Skyclarys reduces inflammation marker in adults with FA
Italian real-world study finds lower IL-6 levels, stable disease scores
Skyclarys (omaveloxolone) was well tolerated and associated with stable disease measures and reduced inflammation markers in adults with Friedreich’s ataxia (FA) over about six months, according to a real-world study in Italy.
In particular, the treatment was associated with significantly lower levels of interleukin (IL)-6, a molecule involved in inflammation. “An interesting point of novelty of this study is a significant reduction in IL-6 levels starting at 12 weeks and lowering at 24 weeks … supporting a possible immunomodulatory effect of [Skyclarys] in adult [FA] patients,” the researchers wrote.
The study, “Early experience on omaveloxolone in adult patients with Friedreich’s ataxia: a real-world observational study,” was published in the Journal of Neurology.
Understanding Friedreich’s ataxia and how Skyclarys works
FA is caused by mutations in the FXN gene that lead to reduced production of frataxin, a protein essential for the function of mitochondria, the cell’s energy production centers. Muscle and nerve cells are especially vulnerable to low energy levels, which can lead to FA symptoms such as poor coordination and balance (ataxia), muscle weakness, and other neurological problems.
Skyclarys, an approved oral therapy for FA, is designed to activate nuclear factor erythroid 2-related factor 2 (Nrf2), a protein that supports mitochondrial function, boosts antioxidant defenses, and helps limit inflammation.
To better understand how Skyclarys performs in a real-life setting, researchers conducted a single-center observational study in 20 adults with FA treated at the University Hospital P. Giaccone of Palermo, in Italy. Most participants were women, had a mean age of 40.6, and had been living with FA for an average of nearly 25 years.
Participants received Skyclarys at a dose of 150 mg/day and were followed for 24 weeks (about six months). During follow-up visits, researchers assessed disease status using several standardized tools: the modified Friedreich’s Ataxia Rating Scale (mFARS) to track disease progression, the FA Activities of Daily Living (FA-ADL) scale to evaluate everyday functioning (such as speech, eating, walking, and self-care), and the Scale for the Assessment and Rating of Ataxia (SARA) to measure ataxia severity.
Over the follow-up period, participants showed no signs of clinical worsening, as mFARS, FA-ADL, and SARA scores remained stable compared with baseline. Levels of IL-6 fell significantly after about three and six months of treatment, dropping from 4.1 to 2.8 picograms/mL.
The researchers also observed trends toward lower levels of creatine phosphokinase, a marker of muscle damage, and of C-reactive protein, a marker of inflammation.
Exploring biomarkers and treatment response
Further analysis suggested that levels of CPK and NT-proBNP, a marker linked to heart stress, differed between patients who did and did not respond to Skyclarys treatment. A treatment response was defined as a reduction of 2.5 points on the mFARS scale.
However, when multiple variables were considered together in a multivariate analysis, no single factor emerged as a significant predictor of response to Skyclarys. “However, the short duration, and the small sample size limit the generalizability of the results,” the researchers wrote.
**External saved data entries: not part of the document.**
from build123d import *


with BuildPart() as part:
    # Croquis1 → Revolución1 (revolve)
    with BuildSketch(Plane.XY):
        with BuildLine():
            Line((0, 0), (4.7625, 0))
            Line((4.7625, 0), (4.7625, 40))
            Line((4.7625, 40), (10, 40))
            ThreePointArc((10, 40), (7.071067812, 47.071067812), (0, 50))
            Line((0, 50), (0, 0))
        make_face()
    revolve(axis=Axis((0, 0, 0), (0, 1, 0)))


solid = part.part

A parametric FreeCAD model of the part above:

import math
import FreeCAD as App
import Part
import Sketcher

doc = App.newDocument("Part")
body = doc.addObject("PartDesign::Body", "Body")

sketch1 = doc.addObject("Sketcher::SketchObject", "Sketch")
body.addObject(sketch1)
sketch1.AttachmentSupport = (doc.XY_Plane, [""])
sketch1.MapMode = "FlatFace"
sketch1.addGeometry(Part.LineSegment(App.Vector(0, 0, 0), App.Vector(4.8, 0, 0)), False)
sketch1.addGeometry(Part.LineSegment(App.Vector(4.8, 0, 0), App.Vector(4.8, 40, 0)), False)
sketch1.addGeometry(Part.LineSegment(App.Vector(4.8, 40, 0), App.Vector(10, 40, 0)), False)
sketch1.addGeometry(Part.ArcOfCircle(Part.Circle(App.Vector(0, 40, 0), App.Vector(0, 0, 1), 10), math.radians(0), math.radians(90)), False)
sketch1.addGeometry(Part.LineSegment(App.Vector(0, 50, 0), App.Vector(0, 0, 0)), False)
sketch1.addConstraint(Sketcher.Constraint("Coincident", 0, 2, 1, 1))
sketch1.addConstraint(Sketcher.Constraint("Coincident", 1, 2, 2, 1))
sketch1.addConstraint(Sketcher.Constraint("Coincident", 2, 2, 3, 1))
sketch1.addConstraint(Sketcher.Constraint("Coincident", 3, 2, 4, 1))
sketch1.addConstraint(Sketcher.Constraint("Coincident", 4, 2, 0, 1))
sketch1.addConstraint(Sketcher.Constraint("Horizontal", 0))
sketch1.addConstraint(Sketcher.Constraint("Vertical", 1))
sketch1.addConstraint(Sketcher.Constraint("Horizontal", 2))
sketch1.addConstraint(Sketcher.Constraint("Vertical", 4))
sketch1.addConstraint(Sketcher.Constraint("Coincident", 4, 2, -1, 1))
sketch1.addConstraint(Sketcher.Constraint("PointOnObject", 3, 3, -2))
sketch1.addConstraint(Sketcher.Constraint("Horizontal", 3, 3, 1, 2))
sketch1.addConstraint(Sketcher.Constraint("Radius", 3, 10.0))
sketch1.addConstraint(Sketcher.Constraint("DistanceY", 1, 1, 1, 2, 40.0))
sketch1.addConstraint(Sketcher.Constraint("DistanceX", 0, 1, 0, 2, 4.7625))
revolution = doc.addObject("PartDesign::Revolution", "Revolution")
body.addObject(revolution)
revolution.Profile = sketch1
revolution.ReferenceAxis = (sketch1, ["V_Axis"])
revolution.Angle = 360

doc.recompute()
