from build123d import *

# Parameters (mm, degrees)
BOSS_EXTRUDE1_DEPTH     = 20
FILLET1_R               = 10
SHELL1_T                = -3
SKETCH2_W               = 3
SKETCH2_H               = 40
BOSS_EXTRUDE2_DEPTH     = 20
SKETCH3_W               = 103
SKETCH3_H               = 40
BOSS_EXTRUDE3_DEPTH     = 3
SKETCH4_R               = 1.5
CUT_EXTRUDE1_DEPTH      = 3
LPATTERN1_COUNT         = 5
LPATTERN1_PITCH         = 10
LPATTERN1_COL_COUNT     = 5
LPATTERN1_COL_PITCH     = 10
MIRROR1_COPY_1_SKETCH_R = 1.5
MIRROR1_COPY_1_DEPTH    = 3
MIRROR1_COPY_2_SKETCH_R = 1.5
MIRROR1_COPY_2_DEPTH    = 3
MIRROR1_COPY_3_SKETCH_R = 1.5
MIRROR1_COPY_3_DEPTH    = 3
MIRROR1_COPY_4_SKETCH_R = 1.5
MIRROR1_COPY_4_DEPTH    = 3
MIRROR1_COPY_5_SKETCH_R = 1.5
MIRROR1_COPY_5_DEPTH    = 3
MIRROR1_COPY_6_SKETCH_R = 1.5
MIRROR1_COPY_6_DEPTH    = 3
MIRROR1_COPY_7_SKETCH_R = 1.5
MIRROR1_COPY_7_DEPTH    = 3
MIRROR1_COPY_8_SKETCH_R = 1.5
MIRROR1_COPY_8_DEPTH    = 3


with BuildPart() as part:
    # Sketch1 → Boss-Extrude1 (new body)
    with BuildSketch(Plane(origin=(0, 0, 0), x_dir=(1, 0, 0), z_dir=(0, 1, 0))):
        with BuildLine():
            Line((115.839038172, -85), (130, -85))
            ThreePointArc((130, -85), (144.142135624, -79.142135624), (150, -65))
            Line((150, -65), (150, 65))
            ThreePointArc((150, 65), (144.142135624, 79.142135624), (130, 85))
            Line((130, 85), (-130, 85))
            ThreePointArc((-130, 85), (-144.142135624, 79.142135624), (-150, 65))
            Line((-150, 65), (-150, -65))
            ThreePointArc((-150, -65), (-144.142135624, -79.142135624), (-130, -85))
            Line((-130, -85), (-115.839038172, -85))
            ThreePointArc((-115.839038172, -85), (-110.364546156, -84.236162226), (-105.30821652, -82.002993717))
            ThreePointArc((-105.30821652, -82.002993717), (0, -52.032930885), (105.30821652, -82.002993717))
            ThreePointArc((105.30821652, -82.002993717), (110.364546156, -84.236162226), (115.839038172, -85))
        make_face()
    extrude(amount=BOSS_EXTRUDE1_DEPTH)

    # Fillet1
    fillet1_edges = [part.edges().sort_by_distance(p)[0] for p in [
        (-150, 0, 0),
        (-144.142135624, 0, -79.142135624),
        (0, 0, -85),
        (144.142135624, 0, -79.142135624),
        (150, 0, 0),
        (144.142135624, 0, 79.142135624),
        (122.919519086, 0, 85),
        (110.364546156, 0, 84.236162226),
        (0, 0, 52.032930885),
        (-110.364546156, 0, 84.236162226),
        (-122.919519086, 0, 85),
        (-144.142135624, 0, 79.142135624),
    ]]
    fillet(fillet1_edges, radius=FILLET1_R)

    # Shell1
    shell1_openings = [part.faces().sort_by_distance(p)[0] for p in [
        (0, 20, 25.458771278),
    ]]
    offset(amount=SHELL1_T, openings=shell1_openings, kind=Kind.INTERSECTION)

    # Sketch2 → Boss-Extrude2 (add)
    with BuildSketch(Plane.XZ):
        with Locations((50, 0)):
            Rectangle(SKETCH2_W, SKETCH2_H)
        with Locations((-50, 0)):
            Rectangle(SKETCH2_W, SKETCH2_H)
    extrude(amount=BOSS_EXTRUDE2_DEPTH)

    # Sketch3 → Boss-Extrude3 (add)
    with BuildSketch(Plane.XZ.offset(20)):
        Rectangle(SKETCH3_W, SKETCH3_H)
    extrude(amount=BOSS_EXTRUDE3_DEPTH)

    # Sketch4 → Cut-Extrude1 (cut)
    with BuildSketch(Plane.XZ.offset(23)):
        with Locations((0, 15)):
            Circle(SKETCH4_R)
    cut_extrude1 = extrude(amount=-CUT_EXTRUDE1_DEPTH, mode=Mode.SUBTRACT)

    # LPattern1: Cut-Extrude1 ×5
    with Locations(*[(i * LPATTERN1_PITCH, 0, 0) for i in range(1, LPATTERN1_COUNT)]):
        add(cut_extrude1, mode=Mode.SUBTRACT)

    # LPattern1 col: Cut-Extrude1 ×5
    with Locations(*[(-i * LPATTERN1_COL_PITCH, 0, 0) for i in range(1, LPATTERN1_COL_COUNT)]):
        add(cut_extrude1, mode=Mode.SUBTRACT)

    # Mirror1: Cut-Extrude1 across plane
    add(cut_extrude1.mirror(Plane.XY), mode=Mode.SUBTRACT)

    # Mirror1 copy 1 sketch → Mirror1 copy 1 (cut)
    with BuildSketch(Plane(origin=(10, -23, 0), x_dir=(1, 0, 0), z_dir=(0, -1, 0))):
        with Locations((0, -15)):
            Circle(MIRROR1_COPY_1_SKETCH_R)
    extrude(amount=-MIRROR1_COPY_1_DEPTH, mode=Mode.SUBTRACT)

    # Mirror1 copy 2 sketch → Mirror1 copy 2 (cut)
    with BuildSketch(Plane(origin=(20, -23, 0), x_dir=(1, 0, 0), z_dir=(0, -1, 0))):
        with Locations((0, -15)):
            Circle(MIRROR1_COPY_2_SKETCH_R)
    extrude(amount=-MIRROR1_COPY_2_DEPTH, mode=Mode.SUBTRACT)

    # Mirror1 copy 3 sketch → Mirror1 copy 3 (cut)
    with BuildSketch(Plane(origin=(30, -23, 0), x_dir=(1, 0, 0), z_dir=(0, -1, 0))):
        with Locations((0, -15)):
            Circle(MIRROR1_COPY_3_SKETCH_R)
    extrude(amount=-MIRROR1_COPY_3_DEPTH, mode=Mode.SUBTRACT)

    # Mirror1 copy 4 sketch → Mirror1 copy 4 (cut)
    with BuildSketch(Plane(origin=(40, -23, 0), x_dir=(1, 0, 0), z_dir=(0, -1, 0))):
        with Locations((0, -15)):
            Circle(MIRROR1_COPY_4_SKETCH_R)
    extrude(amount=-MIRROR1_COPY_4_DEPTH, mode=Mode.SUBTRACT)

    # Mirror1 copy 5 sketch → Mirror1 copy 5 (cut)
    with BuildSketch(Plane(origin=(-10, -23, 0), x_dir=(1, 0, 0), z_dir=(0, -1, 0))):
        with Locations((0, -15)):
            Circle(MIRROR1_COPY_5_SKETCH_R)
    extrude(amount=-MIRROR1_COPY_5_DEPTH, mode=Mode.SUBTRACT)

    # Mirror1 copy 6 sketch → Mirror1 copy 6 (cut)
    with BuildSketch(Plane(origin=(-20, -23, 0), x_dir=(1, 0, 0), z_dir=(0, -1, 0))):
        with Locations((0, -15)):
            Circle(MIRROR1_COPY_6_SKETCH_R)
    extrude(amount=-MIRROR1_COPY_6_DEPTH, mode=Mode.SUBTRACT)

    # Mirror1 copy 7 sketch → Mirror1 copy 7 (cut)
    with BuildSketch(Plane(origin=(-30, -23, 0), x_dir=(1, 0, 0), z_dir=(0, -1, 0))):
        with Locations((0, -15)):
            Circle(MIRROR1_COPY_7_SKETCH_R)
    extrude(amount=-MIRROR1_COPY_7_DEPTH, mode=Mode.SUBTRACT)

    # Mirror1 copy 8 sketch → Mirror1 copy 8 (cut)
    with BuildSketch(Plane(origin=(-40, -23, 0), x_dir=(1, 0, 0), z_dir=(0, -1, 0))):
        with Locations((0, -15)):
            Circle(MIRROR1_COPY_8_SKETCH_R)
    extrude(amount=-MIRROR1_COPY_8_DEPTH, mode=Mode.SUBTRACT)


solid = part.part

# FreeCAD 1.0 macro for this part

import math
import FreeCAD as App
import Part
import Sketcher
Q = App.Units.Quantity


def edges_at(feature, points):
    """Names of the edges that pass closest to the given points."""
    edges = feature.Shape.Edges
    near = lambda p: min(range(len(edges)), key=lambda i: edges[i].distToShape(Part.Vertex(*p))[0])
    return sorted({f"Edge{near(p) + 1}" for p in points})


def faces_at(feature, points):
    """Names of the faces that lie closest to the given points."""
    faces = feature.Shape.Faces
    near = lambda p: min(range(len(faces)), key=lambda i: faces[i].distToShape(Part.Vertex(*p))[0])
    return sorted({f"Face{near(p) + 1}" for p in points})


def add_polygon(sketch, points):
    """Adds a closed chain of lines whose ends are joined by coincident constraints."""
    first, n = sketch.GeometryCount, len(points)
    for a, b in zip(points, points[1:] + points[:1]):
        sketch.addGeometry(Part.LineSegment(App.Vector(*a, 0), App.Vector(*b, 0)), False)
    for i in range(n):
        sketch.addConstraint(Sketcher.Constraint("Coincident", first + i, 2, first + (i + 1) % n, 1))

doc = App.newDocument("Part")
body = doc.addObject("PartDesign::Body", "Body")

sketch1 = body.newObject("Sketcher::SketchObject", "Sketch")
sketch1.AttachmentSupport = (doc.getObject("XZ_Plane"), [""])
sketch1.MapMode = "FlatFace"
sketch1.addGeometry([
    Part.LineSegment(App.Vector(116, 85, 0), App.Vector(130, 85, 0)),
    Part.ArcOfCircle(Part.Circle(App.Vector(130, 65, 0), App.Vector(0, 0, 1), 20), math.radians(0), math.radians(90)),
    Part.LineSegment(App.Vector(150, 65, 0), App.Vector(150, -65, 0)),
    Part.ArcOfCircle(Part.Circle(App.Vector(130, -65, 0), App.Vector(0, 0, 1), 20), math.radians(-90), math.radians(0)),
    Part.LineSegment(App.Vector(130, -85, 0), App.Vector(-130, -85, 0)),
    Part.ArcOfCircle(Part.Circle(App.Vector(-130, -65, 0), App.Vector(0, 0, 1), 20), math.radians(180), math.radians(270)),
    Part.LineSegment(App.Vector(-150, -65, 0), App.Vector(-150, 65, 0)),
    Part.ArcOfCircle(Part.Circle(App.Vector(-130, 65, 0), App.Vector(0, 0, 1), 20), math.radians(90), math.radians(180)),
    Part.LineSegment(App.Vector(-130, 85, 0), App.Vector(-116, 85, 0)),
    Part.ArcOfCircle(Part.Circle(App.Vector(-116, 65, 0), App.Vector(0, 0, 1), 20), math.radians(58), math.radians(90)),
    Part.ArcOfCircle(Part.Circle(App.Vector(0, 252, 0), App.Vector(0, 0, 1), 200), math.radians(-122), math.radians(-58)),
    Part.ArcOfCircle(Part.Circle(App.Vector(116, 65, 0), App.Vector(0, 0, 1), 20), math.radians(90), math.radians(122)),
], False)
sketch1.addConstraint([
    Sketcher.Constraint("Tangent", 0, 2, 1, 2),
    Sketcher.Constraint("Tangent", 1, 1, 2, 1),
    Sketcher.Constraint("Tangent", 2, 2, 3, 2),
    Sketcher.Constraint("Tangent", 3, 1, 4, 1),
    Sketcher.Constraint("Tangent", 4, 2, 5, 2),
    Sketcher.Constraint("Tangent", 5, 1, 6, 1),
    Sketcher.Constraint("Tangent", 6, 2, 7, 2),
    Sketcher.Constraint("Tangent", 7, 1, 8, 1),
    Sketcher.Constraint("Tangent", 8, 2, 9, 2),
    Sketcher.Constraint("Tangent", 9, 1, 10, 1),
    Sketcher.Constraint("Tangent", 10, 2, 11, 2),
    Sketcher.Constraint("Tangent", 11, 1, 0, 1),
    Sketcher.Constraint("Horizontal", 0),
    Sketcher.Constraint("Vertical", 2),
    Sketcher.Constraint("Horizontal", 4),
    Sketcher.Constraint("Vertical", 6),
    Sketcher.Constraint("Horizontal", 8),
    Sketcher.Constraint("Equal", 1, 3),
    Sketcher.Constraint("Equal", 3, 5),
    Sketcher.Constraint("Equal", 5, 7),
    Sketcher.Constraint("Equal", 7, 9),
    Sketcher.Constraint("Equal", 9, 11),
    Sketcher.Constraint("Symmetric", 1, 3, 5, 3, -1, 1),
    Sketcher.Constraint("Symmetric", 9, 3, 11, 3, -2),
    Sketcher.Constraint("Radius", 1, Q("20 mm")),
    Sketcher.Constraint("Radius", 10, Q("200 mm")),
    Sketcher.Constraint("DistanceX", 4, 2, 4, 1, Q("260 mm")),
    Sketcher.Constraint("DistanceY", 2, 2, 2, 1, Q("130 mm")),
    Sketcher.Constraint("DistanceX", 0, 1, 0, 2, Q("14.160962 mm")),
])
pad1 = body.newObject("PartDesign::Pad", "Pad")
pad1.Profile = sketch1
pad1.Length = 20
pad1.Reversed = True
doc.recompute()

fillet = body.newObject("PartDesign::Fillet", "Fillet")
fillet.Base = (pad1, edges_at(pad1, [
    (-150, 0, 0),
    (-144.142, 0, -79.142),
    (0, 0, -85),
    (144.142, 0, -79.142),
    (150, 0, 0),
    (144.142, 0, 79.142),
    (122.92, 0, 85),
    (110.365, 0, 84.236),
    (0, 0, 52.033),
    (-110.365, 0, 84.236),
    (-122.92, 0, 85),
    (-144.142, 0, 79.142),
]))
fillet.Radius = 10
doc.recompute()

thickness = body.newObject("PartDesign::Thickness", "Thickness")
thickness.Base = (fillet, faces_at(fillet, [(0, 20, 0)]))
thickness.Value = 3
thickness.Reversed = True
thickness.Join = "Intersection"

sketch2 = body.newObject("Sketcher::SketchObject", "Sketch001")
sketch2.AttachmentSupport = (doc.getObject("XZ_Plane"), [""])
sketch2.MapMode = "FlatFace"
add_polygon(sketch2, [(48.5, 20), (48.5, -20), (51.5, -20), (51.5, 20)])
add_polygon(sketch2, [(-51.5, 20), (-51.5, -20), (-48.5, -20), (-48.5, 20)])
sketch2.addConstraint([
    Sketcher.Constraint("Vertical", 0),
    Sketcher.Constraint("Horizontal", 1),
    Sketcher.Constraint("Vertical", 2),
    Sketcher.Constraint("Horizontal", 3),
    Sketcher.Constraint("Vertical", 4),
    Sketcher.Constraint("Horizontal", 5),
    Sketcher.Constraint("Vertical", 6),
    Sketcher.Constraint("Horizontal", 7),
    Sketcher.Constraint("Symmetric", 2, 2, 4, 2, -1, 1),
    Sketcher.Constraint("Symmetric", 0, 2, 6, 2, -1, 1),
    Sketcher.Constraint("Horizontal", 1, 2, 4, 2),
    Sketcher.Constraint("DistanceX", 1, 1, 1, 2, Q("3 mm")),
    Sketcher.Constraint("DistanceY", 0, 2, 0, 1, Q("40 mm")),
    Sketcher.Constraint("DistanceX", 4, 2, 0, 2, Q("100 mm")),
])
pad2 = body.newObject("PartDesign::Pad", "Pad001")
pad2.Profile = sketch2
pad2.Length = 20

sketch3 = body.newObject("Sketcher::SketchObject", "Sketch002")
sketch3.AttachmentSupport = (doc.getObject("XZ_Plane"), [""])
sketch3.MapMode = "FlatFace"
sketch3.AttachmentOffset = App.Placement(App.Vector(0, 0, 20), App.Rotation())
add_polygon(sketch3, [(-52, 20), (-52, -20), (52, -20), (52, 20)])
sketch3.addConstraint([
    Sketcher.Constraint("Vertical", 0),
    Sketcher.Constraint("Horizontal", 1),
    Sketcher.Constraint("Vertical", 2),
    Sketcher.Constraint("Horizontal", 3),
    Sketcher.Constraint("Symmetric", 0, 2, 2, 2, -1, 1),
    Sketcher.Constraint("DistanceX", 1, 1, 1, 2, Q("103 mm")),
    Sketcher.Constraint("DistanceY", 0, 2, 0, 1, Q("40 mm")),
])
pad3 = body.newObject("PartDesign::Pad", "Pad002")
pad3.Profile = sketch3
pad3.Length = 3

sketch4 = body.newObject("Sketcher::SketchObject", "Sketch003")
sketch4.AttachmentSupport = (doc.getObject("XZ_Plane"), [""])
sketch4.MapMode = "FlatFace"
sketch4.AttachmentOffset = App.Placement(App.Vector(0, 0, 23), App.Rotation())
sketch4.addGeometry(Part.Circle(App.Vector(0, 15, 0), App.Vector(0, 0, 1), 1.5), False)
sketch4.addConstraint([
    Sketcher.Constraint("PointOnObject", 0, 3, -2),
    Sketcher.Constraint("Diameter", 0, Q("3 mm")),
    Sketcher.Constraint("DistanceY", -1, 1, 0, 3, Q("15 mm")),
])
pocket1 = body.newObject("PartDesign::Pocket", "Pocket")
pocket1.Profile = sketch4
pocket1.Length = 3
doc.recompute()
Additional analysis showed that changes in mFARS scores were significantly associated with longer treatment exposure, while FA-ADL scores were correlated with baseline IL-6 levels.
This “might suggest that a longer follow-up could highlight a measurable clinical improvement,” the researchers wrote.
Treatment was generally well tolerated, and no patients discontinued Skyclarys during the follow-up period. The most common adverse events were temporary and asymptomatic increases in liver enzyme levels and heartburn.
According to the researchers, the short treatment duration and the small number of patients limit the generalizability of the results. “Further multicentre studies with prolonged follow-up are needed to gather clinical experiences with [Skyclarys] in [FA],” the team wrote.